I was going to play a little game and try to get you to name your favorite Hamlet, your favorite Lear. I assume your favorite Macbeth is your friend Ian McKellen’s?
Oh, yes, no question. He was the Macbeth of my generation. As was Judi Dench, who played Lady Macbeth. The plays that I love most would be the two parts of Henry IV, the play with Prince Hal and Falstaff. Henry IV is a role that I played, and I always hoped that one day I would play Falstaff, because it’s a great, great role, with so much richness and diversity, in that he’s funny and tragic and desperate and frightening. It’s a wonderfully complex piece of writing, so one day, who knows. But then again, a director told me a few weeks ago that I was too old to play King Lear.
What? You can’t be too old to play King Lear!
Well, younger and younger actors are playing him. It’s become, in a way, quite popular. We’ve had a couple of highly praised female King Lears as well. There’s so much of that nature happening in film, and especially theater, and I enjoy it immensely.
In your book, you describe a decades-long battle with anxiety and other foes of creative expression—and a ritual you came up with to help fight it.
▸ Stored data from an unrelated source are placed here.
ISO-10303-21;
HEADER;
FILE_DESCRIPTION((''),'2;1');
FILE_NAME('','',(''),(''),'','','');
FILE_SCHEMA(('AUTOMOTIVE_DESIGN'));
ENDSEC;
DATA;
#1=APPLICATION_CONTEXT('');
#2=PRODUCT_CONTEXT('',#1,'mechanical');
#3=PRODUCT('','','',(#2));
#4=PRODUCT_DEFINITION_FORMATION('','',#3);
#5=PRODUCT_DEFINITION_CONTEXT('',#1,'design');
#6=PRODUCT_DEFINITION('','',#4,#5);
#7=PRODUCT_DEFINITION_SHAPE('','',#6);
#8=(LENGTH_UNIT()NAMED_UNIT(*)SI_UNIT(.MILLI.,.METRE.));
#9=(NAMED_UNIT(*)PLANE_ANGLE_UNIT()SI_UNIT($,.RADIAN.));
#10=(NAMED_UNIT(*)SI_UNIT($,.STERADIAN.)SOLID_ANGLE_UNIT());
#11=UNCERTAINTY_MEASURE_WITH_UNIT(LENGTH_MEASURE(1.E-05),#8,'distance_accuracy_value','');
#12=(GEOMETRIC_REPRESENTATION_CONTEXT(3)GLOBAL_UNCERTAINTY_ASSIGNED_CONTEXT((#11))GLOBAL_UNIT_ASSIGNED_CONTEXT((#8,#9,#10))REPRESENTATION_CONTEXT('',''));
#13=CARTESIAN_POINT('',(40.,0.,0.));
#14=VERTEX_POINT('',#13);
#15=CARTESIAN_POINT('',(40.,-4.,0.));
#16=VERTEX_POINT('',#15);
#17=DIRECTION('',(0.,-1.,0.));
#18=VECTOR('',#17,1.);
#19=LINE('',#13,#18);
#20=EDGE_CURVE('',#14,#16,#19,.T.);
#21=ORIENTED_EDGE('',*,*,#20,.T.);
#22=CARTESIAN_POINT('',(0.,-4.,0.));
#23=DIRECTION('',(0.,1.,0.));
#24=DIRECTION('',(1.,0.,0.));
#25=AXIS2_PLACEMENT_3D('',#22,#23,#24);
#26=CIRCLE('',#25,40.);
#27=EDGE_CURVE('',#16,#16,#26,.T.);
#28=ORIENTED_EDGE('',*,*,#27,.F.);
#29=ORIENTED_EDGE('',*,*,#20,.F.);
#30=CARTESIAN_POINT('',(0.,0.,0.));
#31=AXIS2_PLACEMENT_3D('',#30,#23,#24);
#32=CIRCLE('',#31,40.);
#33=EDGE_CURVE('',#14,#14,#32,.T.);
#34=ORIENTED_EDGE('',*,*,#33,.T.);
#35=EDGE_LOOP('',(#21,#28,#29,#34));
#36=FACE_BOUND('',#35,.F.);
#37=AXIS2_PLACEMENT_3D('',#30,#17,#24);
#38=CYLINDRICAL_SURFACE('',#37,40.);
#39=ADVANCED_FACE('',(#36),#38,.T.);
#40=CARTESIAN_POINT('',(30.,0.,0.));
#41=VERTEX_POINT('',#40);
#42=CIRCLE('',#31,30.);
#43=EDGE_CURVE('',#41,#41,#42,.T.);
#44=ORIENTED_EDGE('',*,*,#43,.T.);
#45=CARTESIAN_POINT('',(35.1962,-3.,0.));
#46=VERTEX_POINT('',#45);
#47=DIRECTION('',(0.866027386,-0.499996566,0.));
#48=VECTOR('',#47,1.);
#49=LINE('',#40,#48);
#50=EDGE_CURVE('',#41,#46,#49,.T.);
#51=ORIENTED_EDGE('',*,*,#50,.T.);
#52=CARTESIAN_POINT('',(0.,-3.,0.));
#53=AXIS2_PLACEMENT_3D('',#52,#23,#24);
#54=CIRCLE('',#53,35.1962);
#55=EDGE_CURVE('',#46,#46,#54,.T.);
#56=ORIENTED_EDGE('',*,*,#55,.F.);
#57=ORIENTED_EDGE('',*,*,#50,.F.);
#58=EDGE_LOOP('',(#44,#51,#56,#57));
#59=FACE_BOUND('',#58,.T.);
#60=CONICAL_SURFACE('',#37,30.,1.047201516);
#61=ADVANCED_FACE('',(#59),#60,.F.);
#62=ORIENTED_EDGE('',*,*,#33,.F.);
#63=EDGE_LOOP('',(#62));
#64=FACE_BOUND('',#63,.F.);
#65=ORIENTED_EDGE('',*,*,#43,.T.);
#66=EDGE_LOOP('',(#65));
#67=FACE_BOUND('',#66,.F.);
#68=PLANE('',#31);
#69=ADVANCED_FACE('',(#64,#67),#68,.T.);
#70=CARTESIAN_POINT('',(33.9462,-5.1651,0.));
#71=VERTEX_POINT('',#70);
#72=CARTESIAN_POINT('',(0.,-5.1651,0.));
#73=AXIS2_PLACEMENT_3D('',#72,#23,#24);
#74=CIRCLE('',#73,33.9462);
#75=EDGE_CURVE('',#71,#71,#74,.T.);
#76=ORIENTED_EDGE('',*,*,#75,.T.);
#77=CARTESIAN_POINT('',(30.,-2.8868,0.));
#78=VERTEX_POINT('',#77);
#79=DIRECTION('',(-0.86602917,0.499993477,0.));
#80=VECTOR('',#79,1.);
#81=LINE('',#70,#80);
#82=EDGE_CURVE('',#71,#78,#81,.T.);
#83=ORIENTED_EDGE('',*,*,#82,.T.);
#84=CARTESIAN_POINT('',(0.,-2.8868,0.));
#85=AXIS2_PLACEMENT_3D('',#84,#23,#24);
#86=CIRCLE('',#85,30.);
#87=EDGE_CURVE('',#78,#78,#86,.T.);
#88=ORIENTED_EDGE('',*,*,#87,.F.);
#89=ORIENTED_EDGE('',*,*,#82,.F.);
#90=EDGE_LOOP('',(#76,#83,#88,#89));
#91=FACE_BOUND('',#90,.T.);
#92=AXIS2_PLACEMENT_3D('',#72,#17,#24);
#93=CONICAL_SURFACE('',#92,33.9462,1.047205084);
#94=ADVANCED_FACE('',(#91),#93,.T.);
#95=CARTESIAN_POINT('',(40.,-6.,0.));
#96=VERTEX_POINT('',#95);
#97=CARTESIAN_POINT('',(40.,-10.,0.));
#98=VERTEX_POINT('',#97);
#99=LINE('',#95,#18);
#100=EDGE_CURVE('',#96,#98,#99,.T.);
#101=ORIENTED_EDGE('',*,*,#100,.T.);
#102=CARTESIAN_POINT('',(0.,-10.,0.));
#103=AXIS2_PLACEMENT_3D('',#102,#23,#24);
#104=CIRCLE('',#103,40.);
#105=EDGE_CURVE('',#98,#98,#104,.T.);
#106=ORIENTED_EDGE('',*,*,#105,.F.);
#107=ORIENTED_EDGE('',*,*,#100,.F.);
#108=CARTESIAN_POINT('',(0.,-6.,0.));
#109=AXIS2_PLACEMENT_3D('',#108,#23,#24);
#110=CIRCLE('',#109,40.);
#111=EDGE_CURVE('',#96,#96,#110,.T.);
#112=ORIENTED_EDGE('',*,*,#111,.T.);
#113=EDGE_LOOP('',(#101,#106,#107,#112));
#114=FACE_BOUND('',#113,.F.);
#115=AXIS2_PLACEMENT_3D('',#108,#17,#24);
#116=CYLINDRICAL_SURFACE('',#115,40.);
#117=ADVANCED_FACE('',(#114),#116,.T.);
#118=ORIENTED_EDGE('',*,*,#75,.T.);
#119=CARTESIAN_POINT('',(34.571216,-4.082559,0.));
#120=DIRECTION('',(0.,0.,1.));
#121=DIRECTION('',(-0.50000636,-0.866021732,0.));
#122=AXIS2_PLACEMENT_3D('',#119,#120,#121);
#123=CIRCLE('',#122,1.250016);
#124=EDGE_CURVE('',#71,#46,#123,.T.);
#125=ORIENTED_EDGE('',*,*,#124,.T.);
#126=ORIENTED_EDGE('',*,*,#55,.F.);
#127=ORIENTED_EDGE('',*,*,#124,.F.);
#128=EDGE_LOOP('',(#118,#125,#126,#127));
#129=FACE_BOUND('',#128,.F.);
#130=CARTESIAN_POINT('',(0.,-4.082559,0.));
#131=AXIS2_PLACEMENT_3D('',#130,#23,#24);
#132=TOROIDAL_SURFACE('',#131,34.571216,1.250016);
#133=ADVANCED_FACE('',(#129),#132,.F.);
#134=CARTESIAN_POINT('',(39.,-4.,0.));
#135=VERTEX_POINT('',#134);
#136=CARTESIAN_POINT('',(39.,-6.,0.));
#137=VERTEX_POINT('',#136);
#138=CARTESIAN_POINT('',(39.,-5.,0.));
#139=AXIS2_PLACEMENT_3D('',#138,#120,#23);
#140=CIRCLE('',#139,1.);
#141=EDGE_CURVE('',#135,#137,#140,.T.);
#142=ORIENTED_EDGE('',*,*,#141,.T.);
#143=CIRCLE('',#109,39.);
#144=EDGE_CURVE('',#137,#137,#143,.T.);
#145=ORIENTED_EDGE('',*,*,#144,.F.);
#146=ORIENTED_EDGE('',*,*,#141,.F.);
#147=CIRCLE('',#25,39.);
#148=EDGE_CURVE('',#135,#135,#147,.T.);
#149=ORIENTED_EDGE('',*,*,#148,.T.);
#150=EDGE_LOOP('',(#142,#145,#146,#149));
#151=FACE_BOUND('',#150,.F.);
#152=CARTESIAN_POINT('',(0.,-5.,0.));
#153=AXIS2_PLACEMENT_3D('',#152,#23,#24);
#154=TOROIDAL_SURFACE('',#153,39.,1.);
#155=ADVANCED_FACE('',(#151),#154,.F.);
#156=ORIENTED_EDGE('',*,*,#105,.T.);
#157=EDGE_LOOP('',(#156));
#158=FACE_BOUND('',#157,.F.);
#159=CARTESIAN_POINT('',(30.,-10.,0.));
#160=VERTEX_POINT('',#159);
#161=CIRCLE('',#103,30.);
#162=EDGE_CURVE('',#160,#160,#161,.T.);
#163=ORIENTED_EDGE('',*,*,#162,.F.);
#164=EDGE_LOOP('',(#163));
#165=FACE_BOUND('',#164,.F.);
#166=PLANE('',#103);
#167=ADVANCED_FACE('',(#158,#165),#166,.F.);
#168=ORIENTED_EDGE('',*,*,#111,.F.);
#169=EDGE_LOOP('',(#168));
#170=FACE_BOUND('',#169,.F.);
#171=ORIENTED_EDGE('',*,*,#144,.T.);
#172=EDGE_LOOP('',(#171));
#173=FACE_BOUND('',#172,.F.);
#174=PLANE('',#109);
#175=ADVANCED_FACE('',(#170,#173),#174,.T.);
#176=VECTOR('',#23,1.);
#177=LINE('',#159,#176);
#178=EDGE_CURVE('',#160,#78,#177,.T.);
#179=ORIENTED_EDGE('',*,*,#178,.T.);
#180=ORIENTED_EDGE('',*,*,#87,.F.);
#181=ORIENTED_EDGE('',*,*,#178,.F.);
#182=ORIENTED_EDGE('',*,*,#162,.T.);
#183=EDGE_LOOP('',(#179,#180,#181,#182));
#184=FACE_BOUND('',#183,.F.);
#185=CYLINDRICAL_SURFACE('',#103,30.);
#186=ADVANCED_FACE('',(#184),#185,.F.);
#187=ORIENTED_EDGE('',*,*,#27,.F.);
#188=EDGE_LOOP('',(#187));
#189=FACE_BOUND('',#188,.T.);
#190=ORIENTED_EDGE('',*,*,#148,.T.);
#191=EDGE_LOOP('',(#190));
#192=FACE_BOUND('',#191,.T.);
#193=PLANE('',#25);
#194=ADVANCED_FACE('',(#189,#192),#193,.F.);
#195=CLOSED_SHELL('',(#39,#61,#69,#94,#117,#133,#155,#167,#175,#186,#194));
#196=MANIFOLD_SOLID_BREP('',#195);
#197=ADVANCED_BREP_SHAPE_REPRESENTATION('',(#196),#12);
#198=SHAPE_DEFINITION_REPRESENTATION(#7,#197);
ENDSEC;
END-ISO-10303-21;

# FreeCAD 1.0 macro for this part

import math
import FreeCAD as App
import Part
import Sketcher
Q = App.Units.Quantity

doc = App.newDocument("Part")
body = doc.addObject("PartDesign::Body", "Body")

# Sketch on XY plane
sketch1 = body.newObject("Sketcher::SketchObject", "Sketch")
sketch1.AttachmentSupport = (doc.getObject("XY_Plane"), [""])
sketch1.MapMode = "FlatFace"
sketch1.addGeometry(Part.LineSegment(App.Vector(40, 0, 0), App.Vector(30, 0, 0)), False)
sketch1.addGeometry(Part.LineSegment(App.Vector(30, 0, 0), App.Vector(35.2, -3, 0)), False)
sketch1.addGeometry(Part.ArcOfCircle(Part.Circle(App.Vector(34.6, -4.1, 0), App.Vector(0, 0, 1), 1.3), math.radians(-120), math.radians(60)), False)
sketch1.addGeometry(Part.LineSegment(App.Vector(33.9, -5.2, 0), App.Vector(30, -2.9, 0)), False)
sketch1.addGeometry(Part.LineSegment(App.Vector(30, -2.9, 0), App.Vector(30, -10, 0)), False)
sketch1.addGeometry(Part.LineSegment(App.Vector(30, -10, 0), App.Vector(40, -10, 0)), False)
sketch1.addGeometry(Part.LineSegment(App.Vector(40, -10, 0), App.Vector(40, -6, 0)), False)
sketch1.addGeometry(Part.LineSegment(App.Vector(40, -6, 0), App.Vector(39, -6, 0)), False)
sketch1.addGeometry(Part.ArcOfCircle(Part.Circle(App.Vector(39, -5, 0), App.Vector(0, 0, 1), 1), math.radians(90), math.radians(270)), False)
sketch1.addGeometry(Part.LineSegment(App.Vector(39, -4, 0), App.Vector(40, -4, 0)), False)
sketch1.addGeometry(Part.LineSegment(App.Vector(40, -4, 0), App.Vector(40, 0, 0)), False)
sketch1.addConstraint(Sketcher.Constraint("Coincident", 0, 2, 1, 1))
sketch1.addConstraint(Sketcher.Constraint("Tangent", 1, 2, 2, 2))
sketch1.addConstraint(Sketcher.Constraint("Tangent", 2, 1, 3, 1))
sketch1.addConstraint(Sketcher.Constraint("Coincident", 3, 2, 4, 1))
sketch1.addConstraint(Sketcher.Constraint("Coincident", 4, 2, 5, 1))
sketch1.addConstraint(Sketcher.Constraint("Coincident", 5, 2, 6, 1))
sketch1.addConstraint(Sketcher.Constraint("Coincident", 6, 2, 7, 1))
sketch1.addConstraint(Sketcher.Constraint("Tangent", 7, 2, 8, 2))
sketch1.addConstraint(Sketcher.Constraint("Tangent", 8, 1, 9, 1))
sketch1.addConstraint(Sketcher.Constraint("Coincident", 9, 2, 10, 1))
sketch1.addConstraint(Sketcher.Constraint("Coincident", 10, 2, 0, 1))
sketch1.addConstraint(Sketcher.Constraint("Horizontal", 0))
sketch1.addConstraint(Sketcher.Constraint("Vertical", 4))
sketch1.addConstraint(Sketcher.Constraint("Horizontal", 5))
sketch1.addConstraint(Sketcher.Constraint("Vertical", 6))
sketch1.addConstraint(Sketcher.Constraint("Horizontal", 7))
sketch1.addConstraint(Sketcher.Constraint("Horizontal", 9))
sketch1.addConstraint(Sketcher.Constraint("Vertical", 10))
sketch1.addConstraint(Sketcher.Constraint("PointOnObject", 0, 2, -1))
sketch1.addConstraint(Sketcher.Constraint("Parallel", 1, 3))
sketch1.addConstraint(Sketcher.Constraint("Vertical", 0, 2, 3, 2))
sketch1.addConstraint(Sketcher.Constraint("Vertical", 6, 2, 9, 2))
sketch1.addConstraint(Sketcher.Constraint("Equal", 6, 10))
sketch1.addConstraint(Sketcher.Constraint("Radius", 8, 1.0))
sketch1.addConstraint(Sketcher.Constraint("DistanceX", 0, 2, 0, 1, 10.0))
sketch1.addConstraint(Sketcher.Constraint("Angle", 1, Q("-29.9998 deg")))
sketch1.addConstraint(Sketcher.Constraint("Distance", 1, 6.0))
sketch1.addConstraint(Sketcher.Constraint("DistanceX", -1, 1, 0, 2, 30.0))
sketch1.addConstraint(Sketcher.Constraint("DistanceY", 4, 2, -1, 1, 10.0))
sketch1.addConstraint(Sketcher.Constraint("DistanceX", 7, 2, 7, 1, 1.0))
sketch1.addConstraint(Sketcher.Constraint("Radius", 2, 1.25))
revolution = body.newObject("PartDesign::Revolution", "Revolution")
revolution.Profile = sketch1
revolution.ReferenceAxis = (sketch1, ["V_Axis"])
revolution.Angle = 360

doc.recompute()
I was hoping you could share that here.
Well, to young actors—student actors or someone in the early years of their career—I will talk about courage and fearlessness, because I was fearful when I started acting. Partly because I thought I wasn’t qualified to be an actor. I wasn’t clever enough. I wasn’t well educated enough. I thought I didn’t have a natural skill. But yes, I still do say it: Before I set my foot on the stage for the first time each night, or when a camera is about to roll on an important scene, I will say to myself, out loud but very, very softly, “I don’t give a damn.” Of course I do give a damn; I give a desperate damn. But I don’t let that hinder me. If anything, I let it liberate me.